# Fort Walton Destin area...another Tennessean



## TNKILLERS (May 11, 2011)

Hey guys making my 2nd trip to Okaloosa Island and just wanting to get some info. Last year I didnt do so well other than catching a 30lb red at the bridge. What is running along the gulf other than ladyfish. I would really like to fill the freezer up. Im headed down this Sat. Last year I fished with live sand fleas and fresh shrimp and didnt do worth a darn. Really the only thing I could catch fish on was the Gulp Shrimp on a red jig head. Any help would be greatly appreciated!!

Thanks:thumbup:


----------



## keperry1182 (Oct 6, 2010)

im in pensacola, and I'm also from tennessee. Im stationed here and def willing to help ya out, Im no pro but i got a few things figured out. let me know.
Ken


----------



## TNKILLERS (May 11, 2011)

Thanks Ken I'll take any info you can give me.


----------



## GoVols (Jun 18, 2008)

Good luck TNKILLERS...I'm heading down Saturday as well. I am going to chuck out some lady fish and see what the sharks do. I'm also going to go after some pompano and reds with sand fleas.


----------



## TNKILLERS (May 11, 2011)

I never tried for sharks in that area. One year at Cap San Blas we had some huge sharks on cut ladyfish at night. You should definitly try around the bridge thats were I ended up catching that big red.


----------



## TNKILLERS (May 11, 2011)

What part of TN you men from?


----------



## GoVols (Jun 18, 2008)

Williamson County


----------



## TNKILLERS (May 11, 2011)

South Knox Seymour area.


----------



## GoVols (Jun 18, 2008)

I used to play golf at Creekside Plantation a ton when I was at UT...cheap and has great greens!


----------



## keperry1182 (Oct 6, 2010)

I'm from just outside of Land between the Lakes in Dover (Stewart County). Here in FL, Lady fish are killin it right now, and they're alot of fun on light tackle. Sharks, bulls and blactips, are down at the beaches in Pensacola pretty heavy ,they were taking every lady fish and spanish we threw at um about a week ago. Redfish are always biting if you know where to look and specks are hittin on shrimp in the bayous. Haven't caught any pomps yet but haven't really tried, I have seen alot caught so far though. This is all in the pensacola area i don't know much about what's goin on in Destin. Great time of year here for fishin.


----------



## rbreedi1 (Apr 18, 2011)

Add another tennessee guy coming down this Saturday..I'll be staying at okaloosa island.


----------



## GoVols (Jun 18, 2008)

rbreed1...are you on tndeer? Your handle looks familiar. I'm UTGrad on tndeer. Bowhunting is what I live for!


----------



## TNKILLERS (May 11, 2011)

rbreedi1 said:


> Add another tennessee guy coming down this Saturday..I'll be staying at okaloosa island.
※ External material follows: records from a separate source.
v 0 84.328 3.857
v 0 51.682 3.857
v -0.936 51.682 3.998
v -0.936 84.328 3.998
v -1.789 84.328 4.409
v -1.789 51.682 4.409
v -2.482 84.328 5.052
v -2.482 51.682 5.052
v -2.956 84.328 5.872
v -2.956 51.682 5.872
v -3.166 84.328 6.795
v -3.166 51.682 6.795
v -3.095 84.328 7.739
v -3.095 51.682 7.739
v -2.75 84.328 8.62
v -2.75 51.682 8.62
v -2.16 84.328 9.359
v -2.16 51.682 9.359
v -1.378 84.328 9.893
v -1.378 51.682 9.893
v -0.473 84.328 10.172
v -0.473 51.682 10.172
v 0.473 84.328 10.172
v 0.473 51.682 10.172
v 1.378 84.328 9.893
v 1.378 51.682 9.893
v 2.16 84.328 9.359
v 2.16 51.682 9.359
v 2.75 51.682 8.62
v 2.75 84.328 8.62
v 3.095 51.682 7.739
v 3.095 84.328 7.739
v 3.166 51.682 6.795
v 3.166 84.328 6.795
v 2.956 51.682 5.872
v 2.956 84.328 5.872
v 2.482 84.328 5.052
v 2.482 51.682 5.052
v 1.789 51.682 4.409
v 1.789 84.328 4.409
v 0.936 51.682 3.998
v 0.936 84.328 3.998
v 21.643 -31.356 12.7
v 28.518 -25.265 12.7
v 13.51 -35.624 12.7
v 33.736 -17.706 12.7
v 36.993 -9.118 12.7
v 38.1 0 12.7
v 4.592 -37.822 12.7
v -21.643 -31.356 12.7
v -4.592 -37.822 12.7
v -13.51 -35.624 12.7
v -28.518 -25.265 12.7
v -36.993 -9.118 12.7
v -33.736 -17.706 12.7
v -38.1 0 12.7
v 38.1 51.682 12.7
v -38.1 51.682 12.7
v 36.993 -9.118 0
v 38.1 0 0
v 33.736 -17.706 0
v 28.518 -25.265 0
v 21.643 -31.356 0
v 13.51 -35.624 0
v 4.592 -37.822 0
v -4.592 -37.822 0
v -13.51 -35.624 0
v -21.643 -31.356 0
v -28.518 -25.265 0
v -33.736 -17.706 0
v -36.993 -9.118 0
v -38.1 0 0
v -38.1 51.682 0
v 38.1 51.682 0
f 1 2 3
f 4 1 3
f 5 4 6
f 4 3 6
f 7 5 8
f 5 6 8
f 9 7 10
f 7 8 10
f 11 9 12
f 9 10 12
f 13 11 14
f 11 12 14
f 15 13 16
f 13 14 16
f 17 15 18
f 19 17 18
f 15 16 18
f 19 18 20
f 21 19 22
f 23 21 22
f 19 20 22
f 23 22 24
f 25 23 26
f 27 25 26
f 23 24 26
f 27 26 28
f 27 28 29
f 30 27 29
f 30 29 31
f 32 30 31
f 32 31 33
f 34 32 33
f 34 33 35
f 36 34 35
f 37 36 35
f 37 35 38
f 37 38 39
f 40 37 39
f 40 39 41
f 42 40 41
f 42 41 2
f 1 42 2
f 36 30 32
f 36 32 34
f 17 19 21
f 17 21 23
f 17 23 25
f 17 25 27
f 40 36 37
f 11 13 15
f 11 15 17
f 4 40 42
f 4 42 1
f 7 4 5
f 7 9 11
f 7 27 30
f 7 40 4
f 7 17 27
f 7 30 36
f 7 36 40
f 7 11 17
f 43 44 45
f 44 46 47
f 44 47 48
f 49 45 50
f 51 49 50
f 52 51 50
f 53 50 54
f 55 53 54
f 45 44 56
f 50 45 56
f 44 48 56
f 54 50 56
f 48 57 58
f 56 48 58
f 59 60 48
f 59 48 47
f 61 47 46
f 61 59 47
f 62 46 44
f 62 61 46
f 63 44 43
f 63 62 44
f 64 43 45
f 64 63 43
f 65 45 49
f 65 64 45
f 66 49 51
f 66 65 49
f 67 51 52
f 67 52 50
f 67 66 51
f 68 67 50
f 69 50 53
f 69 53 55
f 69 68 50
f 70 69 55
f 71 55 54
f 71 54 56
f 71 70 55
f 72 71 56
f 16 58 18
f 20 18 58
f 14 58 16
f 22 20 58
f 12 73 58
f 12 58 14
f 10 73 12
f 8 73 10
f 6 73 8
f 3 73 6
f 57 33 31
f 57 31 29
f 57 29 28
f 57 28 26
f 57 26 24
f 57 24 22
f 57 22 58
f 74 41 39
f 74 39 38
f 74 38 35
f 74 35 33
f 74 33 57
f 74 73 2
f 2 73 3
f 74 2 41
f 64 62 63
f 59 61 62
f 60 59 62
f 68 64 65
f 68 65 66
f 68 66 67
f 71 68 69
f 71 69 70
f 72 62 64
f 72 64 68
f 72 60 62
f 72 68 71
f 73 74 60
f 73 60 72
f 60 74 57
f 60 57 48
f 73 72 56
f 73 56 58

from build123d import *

# Parameters (mm, degrees)
BOSS_EXTRUDE1_DEPTH = 12.7
SKETCH2_R           = 3.175
BOSS_EXTRUDE2_DEPTH = 84.328


with BuildPart() as part:
    # Sketch1 → Boss-Extrude1 (new body)
    with BuildSketch(Plane.XY):
        with BuildLine():
            Line((-38.1, 0), (-38.1, 51.682449807))
            Line((-38.1, 51.682449807), (38.1, 51.682449807))
            Line((38.1, 51.682449807), (38.1, 0))
            ThreePointArc((38.1, 0), (0, -38.1), (-38.1, 0))
        make_face()
    extrude(amount=BOSS_EXTRUDE1_DEPTH)

    # Sketch2 → Boss-Extrude2 (add)
    with BuildSketch(Plane(origin=(0, 0, 0), x_dir=(1, 0, 0), z_dir=(0, 1, 0))):
        with Locations(Location((0, -7.032046272, 0), (0, 0, 90))):
            Circle(SKETCH2_R)
    extrude(amount=BOSS_EXTRUDE2_DEPTH)


solid = part.part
I'll be about 2 condos from the end prob about a little more than a mile from the pier. Might see you out there. If you start to catch them send them my way!!


----------



## TNKILLERS (May 11, 2011)

GoVols said:


> I used to play golf at Creekside Plantation a ton when I was at UT...cheap and has great greens!
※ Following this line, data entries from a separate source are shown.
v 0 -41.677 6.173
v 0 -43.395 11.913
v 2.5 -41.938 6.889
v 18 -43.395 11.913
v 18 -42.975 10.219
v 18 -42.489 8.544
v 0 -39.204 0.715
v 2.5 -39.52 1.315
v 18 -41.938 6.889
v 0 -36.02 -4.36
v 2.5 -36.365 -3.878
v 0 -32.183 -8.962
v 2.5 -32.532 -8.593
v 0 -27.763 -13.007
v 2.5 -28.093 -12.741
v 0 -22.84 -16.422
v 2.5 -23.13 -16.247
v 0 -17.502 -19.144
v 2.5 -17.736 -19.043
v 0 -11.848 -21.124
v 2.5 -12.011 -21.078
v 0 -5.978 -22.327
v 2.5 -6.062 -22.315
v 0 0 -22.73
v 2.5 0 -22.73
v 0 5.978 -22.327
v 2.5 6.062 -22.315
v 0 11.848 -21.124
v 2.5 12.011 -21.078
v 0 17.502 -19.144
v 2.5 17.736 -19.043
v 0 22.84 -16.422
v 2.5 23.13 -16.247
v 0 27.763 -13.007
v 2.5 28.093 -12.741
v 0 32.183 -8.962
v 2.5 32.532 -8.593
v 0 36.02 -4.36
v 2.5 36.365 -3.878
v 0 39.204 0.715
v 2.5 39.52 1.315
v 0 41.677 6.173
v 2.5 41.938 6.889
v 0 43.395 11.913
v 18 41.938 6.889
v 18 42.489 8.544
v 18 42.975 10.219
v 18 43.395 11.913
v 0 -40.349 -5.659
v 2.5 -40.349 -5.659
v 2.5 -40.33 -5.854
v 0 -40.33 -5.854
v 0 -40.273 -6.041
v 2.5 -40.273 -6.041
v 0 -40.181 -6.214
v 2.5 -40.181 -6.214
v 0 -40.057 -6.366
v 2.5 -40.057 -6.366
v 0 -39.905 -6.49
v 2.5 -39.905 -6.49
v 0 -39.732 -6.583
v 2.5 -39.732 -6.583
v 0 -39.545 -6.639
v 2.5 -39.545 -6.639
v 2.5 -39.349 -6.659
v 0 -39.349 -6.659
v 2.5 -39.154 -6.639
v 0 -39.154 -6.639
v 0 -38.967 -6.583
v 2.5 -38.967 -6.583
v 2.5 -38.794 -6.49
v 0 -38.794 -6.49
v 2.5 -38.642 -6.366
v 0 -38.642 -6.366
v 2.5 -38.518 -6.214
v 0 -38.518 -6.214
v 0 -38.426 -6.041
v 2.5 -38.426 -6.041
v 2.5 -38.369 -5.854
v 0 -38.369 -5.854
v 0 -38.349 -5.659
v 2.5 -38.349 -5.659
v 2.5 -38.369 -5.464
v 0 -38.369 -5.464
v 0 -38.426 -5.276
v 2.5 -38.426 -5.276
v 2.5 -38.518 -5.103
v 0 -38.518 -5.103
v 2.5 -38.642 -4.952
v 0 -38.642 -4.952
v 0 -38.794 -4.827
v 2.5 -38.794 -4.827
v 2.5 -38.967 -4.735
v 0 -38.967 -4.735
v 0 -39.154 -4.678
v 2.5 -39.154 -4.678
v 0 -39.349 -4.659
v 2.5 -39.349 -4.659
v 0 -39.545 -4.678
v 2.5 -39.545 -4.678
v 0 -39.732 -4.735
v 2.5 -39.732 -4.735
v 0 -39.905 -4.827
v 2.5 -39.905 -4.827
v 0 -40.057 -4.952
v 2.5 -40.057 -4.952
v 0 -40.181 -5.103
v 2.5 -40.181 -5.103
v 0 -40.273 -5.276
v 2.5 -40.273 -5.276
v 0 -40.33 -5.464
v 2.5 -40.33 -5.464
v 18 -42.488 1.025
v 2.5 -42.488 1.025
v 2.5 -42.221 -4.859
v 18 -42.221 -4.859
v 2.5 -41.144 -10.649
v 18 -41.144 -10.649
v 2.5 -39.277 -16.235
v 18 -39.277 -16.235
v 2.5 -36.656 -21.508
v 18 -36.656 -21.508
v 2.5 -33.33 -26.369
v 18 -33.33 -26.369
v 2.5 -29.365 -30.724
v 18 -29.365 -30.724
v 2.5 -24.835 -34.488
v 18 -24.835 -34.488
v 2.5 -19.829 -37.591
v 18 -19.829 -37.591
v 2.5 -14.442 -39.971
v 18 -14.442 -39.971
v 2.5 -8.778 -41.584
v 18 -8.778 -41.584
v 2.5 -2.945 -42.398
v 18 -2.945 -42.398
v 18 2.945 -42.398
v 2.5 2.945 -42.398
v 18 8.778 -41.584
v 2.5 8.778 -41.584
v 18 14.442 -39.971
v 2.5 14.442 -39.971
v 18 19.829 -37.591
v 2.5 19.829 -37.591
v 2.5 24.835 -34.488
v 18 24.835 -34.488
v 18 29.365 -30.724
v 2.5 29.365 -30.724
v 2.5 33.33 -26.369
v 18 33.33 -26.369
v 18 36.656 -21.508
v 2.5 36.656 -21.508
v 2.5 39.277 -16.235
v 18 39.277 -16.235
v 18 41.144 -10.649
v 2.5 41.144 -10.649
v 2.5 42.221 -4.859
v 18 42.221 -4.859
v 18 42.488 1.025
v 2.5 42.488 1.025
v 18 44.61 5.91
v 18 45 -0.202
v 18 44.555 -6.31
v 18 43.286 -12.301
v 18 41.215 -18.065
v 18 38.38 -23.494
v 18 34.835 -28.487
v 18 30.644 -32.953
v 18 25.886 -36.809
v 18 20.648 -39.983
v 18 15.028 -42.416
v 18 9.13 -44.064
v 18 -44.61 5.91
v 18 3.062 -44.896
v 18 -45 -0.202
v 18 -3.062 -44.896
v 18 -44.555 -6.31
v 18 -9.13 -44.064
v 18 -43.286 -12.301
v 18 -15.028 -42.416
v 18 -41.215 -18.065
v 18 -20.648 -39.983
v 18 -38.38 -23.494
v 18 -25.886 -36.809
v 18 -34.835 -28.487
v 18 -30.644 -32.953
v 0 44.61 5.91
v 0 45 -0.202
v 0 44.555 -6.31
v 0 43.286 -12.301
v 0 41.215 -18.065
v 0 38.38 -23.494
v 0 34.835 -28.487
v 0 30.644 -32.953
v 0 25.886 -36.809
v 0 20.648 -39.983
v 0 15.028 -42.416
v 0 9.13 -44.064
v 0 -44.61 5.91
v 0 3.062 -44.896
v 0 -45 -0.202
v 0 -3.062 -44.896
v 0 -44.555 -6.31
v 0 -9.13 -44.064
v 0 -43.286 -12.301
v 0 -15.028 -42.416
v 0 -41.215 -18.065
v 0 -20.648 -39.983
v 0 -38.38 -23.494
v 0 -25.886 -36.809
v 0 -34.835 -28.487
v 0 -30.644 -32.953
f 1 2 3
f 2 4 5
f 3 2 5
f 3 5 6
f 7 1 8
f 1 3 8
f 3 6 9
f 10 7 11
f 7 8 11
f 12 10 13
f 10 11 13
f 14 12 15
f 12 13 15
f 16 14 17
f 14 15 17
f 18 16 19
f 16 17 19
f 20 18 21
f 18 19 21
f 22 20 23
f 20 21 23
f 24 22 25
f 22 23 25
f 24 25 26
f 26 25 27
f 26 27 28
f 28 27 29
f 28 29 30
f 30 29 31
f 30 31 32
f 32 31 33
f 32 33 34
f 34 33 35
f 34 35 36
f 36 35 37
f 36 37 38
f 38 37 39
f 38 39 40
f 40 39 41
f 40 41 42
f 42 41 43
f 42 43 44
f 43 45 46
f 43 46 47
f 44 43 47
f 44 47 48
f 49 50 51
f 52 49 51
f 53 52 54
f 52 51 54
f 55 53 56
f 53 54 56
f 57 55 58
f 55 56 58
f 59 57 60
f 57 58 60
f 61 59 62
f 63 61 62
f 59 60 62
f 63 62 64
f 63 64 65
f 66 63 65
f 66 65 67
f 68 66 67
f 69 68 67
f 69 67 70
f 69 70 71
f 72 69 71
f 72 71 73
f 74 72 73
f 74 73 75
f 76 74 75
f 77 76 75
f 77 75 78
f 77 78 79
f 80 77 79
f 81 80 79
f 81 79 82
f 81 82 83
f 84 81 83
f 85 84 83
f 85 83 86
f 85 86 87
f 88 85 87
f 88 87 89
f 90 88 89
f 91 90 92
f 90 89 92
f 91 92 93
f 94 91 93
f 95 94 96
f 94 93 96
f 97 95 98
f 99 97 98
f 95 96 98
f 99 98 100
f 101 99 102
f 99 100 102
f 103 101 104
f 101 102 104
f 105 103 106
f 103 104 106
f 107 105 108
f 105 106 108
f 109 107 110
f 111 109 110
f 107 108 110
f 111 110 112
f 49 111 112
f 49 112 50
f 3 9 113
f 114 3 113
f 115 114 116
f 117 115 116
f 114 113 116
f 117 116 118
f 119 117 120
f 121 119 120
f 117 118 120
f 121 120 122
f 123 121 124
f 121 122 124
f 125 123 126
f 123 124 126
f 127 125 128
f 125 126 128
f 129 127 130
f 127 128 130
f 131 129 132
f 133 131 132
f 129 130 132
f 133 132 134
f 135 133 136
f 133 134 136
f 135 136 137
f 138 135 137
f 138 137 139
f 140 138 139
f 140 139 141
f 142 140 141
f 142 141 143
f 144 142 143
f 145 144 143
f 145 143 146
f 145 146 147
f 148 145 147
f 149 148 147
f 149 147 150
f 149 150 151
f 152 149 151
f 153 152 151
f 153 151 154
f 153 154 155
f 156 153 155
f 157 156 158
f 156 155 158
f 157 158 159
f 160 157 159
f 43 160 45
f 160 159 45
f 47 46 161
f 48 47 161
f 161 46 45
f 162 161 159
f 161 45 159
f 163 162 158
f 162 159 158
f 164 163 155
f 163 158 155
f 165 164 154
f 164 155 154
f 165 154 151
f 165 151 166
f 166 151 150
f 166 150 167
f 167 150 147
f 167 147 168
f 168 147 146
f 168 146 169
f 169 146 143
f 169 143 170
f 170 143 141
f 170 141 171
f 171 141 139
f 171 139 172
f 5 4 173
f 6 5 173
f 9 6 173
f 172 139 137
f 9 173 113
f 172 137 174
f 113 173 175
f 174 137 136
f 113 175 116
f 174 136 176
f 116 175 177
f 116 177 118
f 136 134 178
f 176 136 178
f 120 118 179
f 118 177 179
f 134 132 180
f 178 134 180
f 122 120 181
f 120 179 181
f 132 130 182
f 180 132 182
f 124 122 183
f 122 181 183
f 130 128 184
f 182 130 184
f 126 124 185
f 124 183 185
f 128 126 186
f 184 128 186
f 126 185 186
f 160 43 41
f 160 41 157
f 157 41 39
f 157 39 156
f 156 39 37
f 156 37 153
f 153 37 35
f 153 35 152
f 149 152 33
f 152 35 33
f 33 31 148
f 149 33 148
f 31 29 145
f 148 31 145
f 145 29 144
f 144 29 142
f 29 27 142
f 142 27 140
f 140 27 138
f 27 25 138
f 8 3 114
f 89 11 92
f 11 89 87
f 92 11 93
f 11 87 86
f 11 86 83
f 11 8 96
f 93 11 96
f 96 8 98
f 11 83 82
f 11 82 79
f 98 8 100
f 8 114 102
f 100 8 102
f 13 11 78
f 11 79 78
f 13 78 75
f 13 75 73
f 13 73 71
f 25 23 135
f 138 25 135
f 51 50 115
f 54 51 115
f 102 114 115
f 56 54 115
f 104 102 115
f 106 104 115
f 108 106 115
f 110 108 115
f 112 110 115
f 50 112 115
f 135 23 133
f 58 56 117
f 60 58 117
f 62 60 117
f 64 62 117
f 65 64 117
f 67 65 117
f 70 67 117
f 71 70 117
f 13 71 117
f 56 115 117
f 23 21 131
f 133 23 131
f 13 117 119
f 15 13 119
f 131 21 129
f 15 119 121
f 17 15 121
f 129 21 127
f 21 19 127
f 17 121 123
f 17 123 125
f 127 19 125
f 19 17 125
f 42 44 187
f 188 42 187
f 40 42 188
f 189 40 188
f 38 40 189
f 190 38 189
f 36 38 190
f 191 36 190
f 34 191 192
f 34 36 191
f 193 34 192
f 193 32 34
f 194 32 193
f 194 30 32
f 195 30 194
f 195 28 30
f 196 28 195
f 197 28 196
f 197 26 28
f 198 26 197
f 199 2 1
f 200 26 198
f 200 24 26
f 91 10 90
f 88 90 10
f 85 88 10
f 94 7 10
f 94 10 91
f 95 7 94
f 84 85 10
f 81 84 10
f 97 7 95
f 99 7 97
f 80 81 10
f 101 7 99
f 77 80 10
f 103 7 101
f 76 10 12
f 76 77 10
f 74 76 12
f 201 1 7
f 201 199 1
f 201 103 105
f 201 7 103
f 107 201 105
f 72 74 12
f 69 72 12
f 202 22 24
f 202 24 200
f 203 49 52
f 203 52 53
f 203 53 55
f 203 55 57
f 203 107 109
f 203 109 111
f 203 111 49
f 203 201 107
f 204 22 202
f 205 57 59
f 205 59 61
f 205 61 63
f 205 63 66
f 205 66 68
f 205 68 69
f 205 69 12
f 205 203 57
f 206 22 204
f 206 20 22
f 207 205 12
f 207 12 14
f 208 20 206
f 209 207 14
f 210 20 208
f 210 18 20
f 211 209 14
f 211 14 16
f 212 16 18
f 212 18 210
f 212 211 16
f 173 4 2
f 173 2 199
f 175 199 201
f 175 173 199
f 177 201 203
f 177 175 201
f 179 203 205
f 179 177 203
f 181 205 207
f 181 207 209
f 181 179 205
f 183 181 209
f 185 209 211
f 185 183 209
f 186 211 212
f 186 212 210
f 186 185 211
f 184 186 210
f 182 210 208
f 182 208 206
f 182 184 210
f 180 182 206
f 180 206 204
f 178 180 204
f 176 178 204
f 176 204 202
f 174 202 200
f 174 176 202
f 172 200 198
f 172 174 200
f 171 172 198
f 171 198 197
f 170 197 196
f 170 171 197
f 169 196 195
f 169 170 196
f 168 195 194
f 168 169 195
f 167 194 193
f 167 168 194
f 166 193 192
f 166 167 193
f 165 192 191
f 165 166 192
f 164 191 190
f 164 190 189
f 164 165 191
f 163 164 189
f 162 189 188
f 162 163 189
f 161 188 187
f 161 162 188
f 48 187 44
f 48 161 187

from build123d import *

# Parameters (mm, degrees)
F0_W = 18
F0_H = 45
F3_D = 6
F5_T = -2.5
F6_D = 89
F8_D = 2


with BuildPart() as f1:
    # F0 (on Front) → F1 (revolve)
    with BuildSketch(Plane.XZ):
        with Locations((9, 22.5)):
            Rectangle(F0_W, F0_H)
    revolve(axis=Axis((9, 0, 0), (1, 0, 0)))

    # F3 (through all)
    with Locations(Plane(origin=(0, 0, 0), x_dir=(0, 1, 0), z_dir=(-1, 0, 0))):
        with Locations((0, 0)):
            Hole(F3_D / 2)

    # F5
    f5_openings = [f1.faces().sort_by_distance(p)[0] for p in [
        (18, 0, -43.727208),
    ]]
    offset(amount=F5_T, openings=f5_openings)

    # F6 (through all)
    with Locations(Plane(origin=(0, 0, 0), x_dir=(0, 1, 0), z_dir=(-1, 0, 0))):
        with Locations((0, -21.7700034969)):
            Hole(F6_D / 2)

    # F8 (through all)
    with Locations(Plane(origin=(0, 0, 0), x_dir=(0, 1, 0), z_dir=(-1, 0, 0))):
        with Locations((-39.3494814634, 5.6586829014)):
            Hole(F8_D / 2)


solid = f1.part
Not far at all from Creekside....Small world!!


----------



## TNKILLERS (May 11, 2011)

keperry1182 said:


> I'm from just outside of Land between the Lakes in Dover (Stewart County). Here in FL, Lady fish are killin it right now, and they're alot of fun on light tackle. Sharks, bulls and blactips, are down at the beaches in Pensacola pretty heavy ,they were taking every lady fish and spanish we threw at um about a week ago. Redfish are always biting if you know where to look and specks are hittin on shrimp in the bayous. Haven't caught any pomps yet but haven't really tried, I have seen alot caught so far though. This is all in the pensacola area i don't know much about what's goin on in Destin. Great time of year here for fishin.
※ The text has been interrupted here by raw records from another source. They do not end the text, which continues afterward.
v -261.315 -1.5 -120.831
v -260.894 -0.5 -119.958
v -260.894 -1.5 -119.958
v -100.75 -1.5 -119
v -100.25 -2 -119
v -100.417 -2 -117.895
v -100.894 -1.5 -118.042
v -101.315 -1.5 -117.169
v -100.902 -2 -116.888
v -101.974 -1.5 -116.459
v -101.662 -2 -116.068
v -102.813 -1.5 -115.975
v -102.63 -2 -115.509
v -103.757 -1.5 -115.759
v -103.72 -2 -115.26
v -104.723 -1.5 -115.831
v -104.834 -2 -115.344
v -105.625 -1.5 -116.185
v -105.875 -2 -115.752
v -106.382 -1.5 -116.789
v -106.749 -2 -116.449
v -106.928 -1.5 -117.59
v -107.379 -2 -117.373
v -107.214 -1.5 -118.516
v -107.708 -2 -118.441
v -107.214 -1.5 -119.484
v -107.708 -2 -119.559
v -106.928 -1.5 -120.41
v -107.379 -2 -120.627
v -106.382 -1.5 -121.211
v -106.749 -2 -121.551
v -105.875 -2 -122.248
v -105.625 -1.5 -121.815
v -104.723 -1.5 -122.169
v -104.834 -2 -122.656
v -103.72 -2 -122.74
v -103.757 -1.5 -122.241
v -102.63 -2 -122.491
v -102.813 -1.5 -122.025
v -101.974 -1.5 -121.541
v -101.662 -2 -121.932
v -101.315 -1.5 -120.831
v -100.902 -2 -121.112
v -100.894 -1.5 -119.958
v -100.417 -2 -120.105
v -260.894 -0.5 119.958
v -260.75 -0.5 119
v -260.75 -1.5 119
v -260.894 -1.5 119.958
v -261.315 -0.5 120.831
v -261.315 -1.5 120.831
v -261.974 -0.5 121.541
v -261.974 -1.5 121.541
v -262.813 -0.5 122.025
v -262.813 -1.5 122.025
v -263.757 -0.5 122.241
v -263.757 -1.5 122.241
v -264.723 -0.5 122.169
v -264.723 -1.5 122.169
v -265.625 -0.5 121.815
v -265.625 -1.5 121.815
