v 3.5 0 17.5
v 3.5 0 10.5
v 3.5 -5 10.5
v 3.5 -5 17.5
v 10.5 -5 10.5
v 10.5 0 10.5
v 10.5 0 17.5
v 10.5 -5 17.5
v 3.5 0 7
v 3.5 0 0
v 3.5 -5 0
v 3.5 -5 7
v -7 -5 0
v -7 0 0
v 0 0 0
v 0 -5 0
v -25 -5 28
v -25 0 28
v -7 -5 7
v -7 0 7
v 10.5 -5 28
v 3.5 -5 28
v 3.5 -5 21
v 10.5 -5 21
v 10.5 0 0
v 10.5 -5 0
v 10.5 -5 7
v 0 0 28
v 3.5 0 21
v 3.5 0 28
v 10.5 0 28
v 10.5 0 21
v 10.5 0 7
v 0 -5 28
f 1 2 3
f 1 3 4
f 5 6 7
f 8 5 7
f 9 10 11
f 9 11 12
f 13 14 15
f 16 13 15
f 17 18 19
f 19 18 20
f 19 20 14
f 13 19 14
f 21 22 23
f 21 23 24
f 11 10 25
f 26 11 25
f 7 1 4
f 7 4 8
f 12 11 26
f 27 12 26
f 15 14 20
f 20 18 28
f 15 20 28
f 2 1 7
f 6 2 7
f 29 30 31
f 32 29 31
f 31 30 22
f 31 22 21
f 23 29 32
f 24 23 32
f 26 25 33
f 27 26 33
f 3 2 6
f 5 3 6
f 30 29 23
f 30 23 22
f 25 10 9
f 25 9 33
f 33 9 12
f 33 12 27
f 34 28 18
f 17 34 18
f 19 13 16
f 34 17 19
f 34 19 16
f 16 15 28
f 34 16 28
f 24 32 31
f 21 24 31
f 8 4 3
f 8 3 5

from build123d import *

# Parameters (mm, degrees)
F0_W     = 7
F0_H     = 7
F1_DEPTH = 5


with BuildPart() as f1:
    # F0 (on Front) → F1 (new body)
    with BuildSketch(Plane.XZ):
        Polygon((0, 28), (-25, 28), (-7, 7), (-7, 0), (0, 0), align=None)
        with Locations((7, 24.5)):
            Rectangle(F0_W, F0_H)
        with Locations((7, 14)):
            Rectangle(F0_W, F0_H)
        with Locations((7, 3.5)):
            Rectangle(F0_W, F0_H)
    extrude(amount=F1_DEPTH)


solid = f1.part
 Shark and ladyfish are fun to catch. Im going to try my best to fill the freezer from the surf. We usually load up on snapper on a party boat, but I would love to catch some pomps and whiting.


----------



## rbreedi1 (Apr 18, 2011)

GoVols said:


> rbreed1...are you on tndeer? Your handle looks familiar. I'm UTGrad on tndeer. Bowhunting is what I live for!


Yep that's me.. small world huh? Lol


----------



## rbreedi1 (Apr 18, 2011)

TNKILLERS said:


> I'll be about 2 condos from the end prob about a little more than a mile from the pier. Might see you out there. If you start to catch them send them my way!!


I'll be right around there as well.. so if you see someone else fishing its a good possibility it is me lol.. heck if I'm catching some come on over and join in!


----------



## TNguy (Mar 25, 2011)

Sumner county here, just north of Nashville. Coming to Gulf Shores on the 11th of June.


----------



## rbreedi1 (Apr 18, 2011)

Forgot to add that I was from Giles county.. southern middle TN.


----------



## KPTN (May 21, 2009)

I didn't realize there were so many on here from TN, i'm in Clarksville and will be in OB June 12th. By fall i will be keeping my boat stored in Pensacola and fishing out of Sherman cove if anyone wants to go fishing. 

Kenneth


----------



## TNKILLERS (May 11, 2011)

Im so tempetd to take my Skeeter bass boat down!!


----------



## Cat-N-TN (May 12, 2011)

Another TN guy here, From right around Knoxville. Ill be in Cape San Blas for the 2nd year in a row last week of June. I cant wait to get back at it again. Im wating to land a couple good sharks and any other good size game fish this year. Im also hoping the Pomps are still around heavy. Any advice would be greatly appreciated since i am a novice at su fishing.


----------



## just add water (Jan 4, 2008)

Hey Go Vols-- I am down in Maury County. I got hooked on saltwter fishing to--we try and head down once a month during the spring-summer-fall periods.


----------



## TNguy (Mar 25, 2011)

We have a lot of Tennesseans on here.


----------



## GoVols (Jun 18, 2008)

I'm down here right now and it amazes me how many TN folks come down to enjoy the gulf. Can't beat it...plus I caught my first pomp yesterday afternoon!


----------



## TNguy (Mar 25, 2011)

Nice fish bro! What you catch him on?


----------



## GoVols (Jun 18, 2008)

Sand fleas!


----------



## JBK (Aug 5, 2008)

Might as well chime in here too. From Nashville, graduated from UTK. Will be in Perdido this weekend 11th and 12th for a quick but much needed getaway. Very ready to get a line wet somewhere besides the rivers or ponds here in this muggy mid TN weather. Cheers!


----------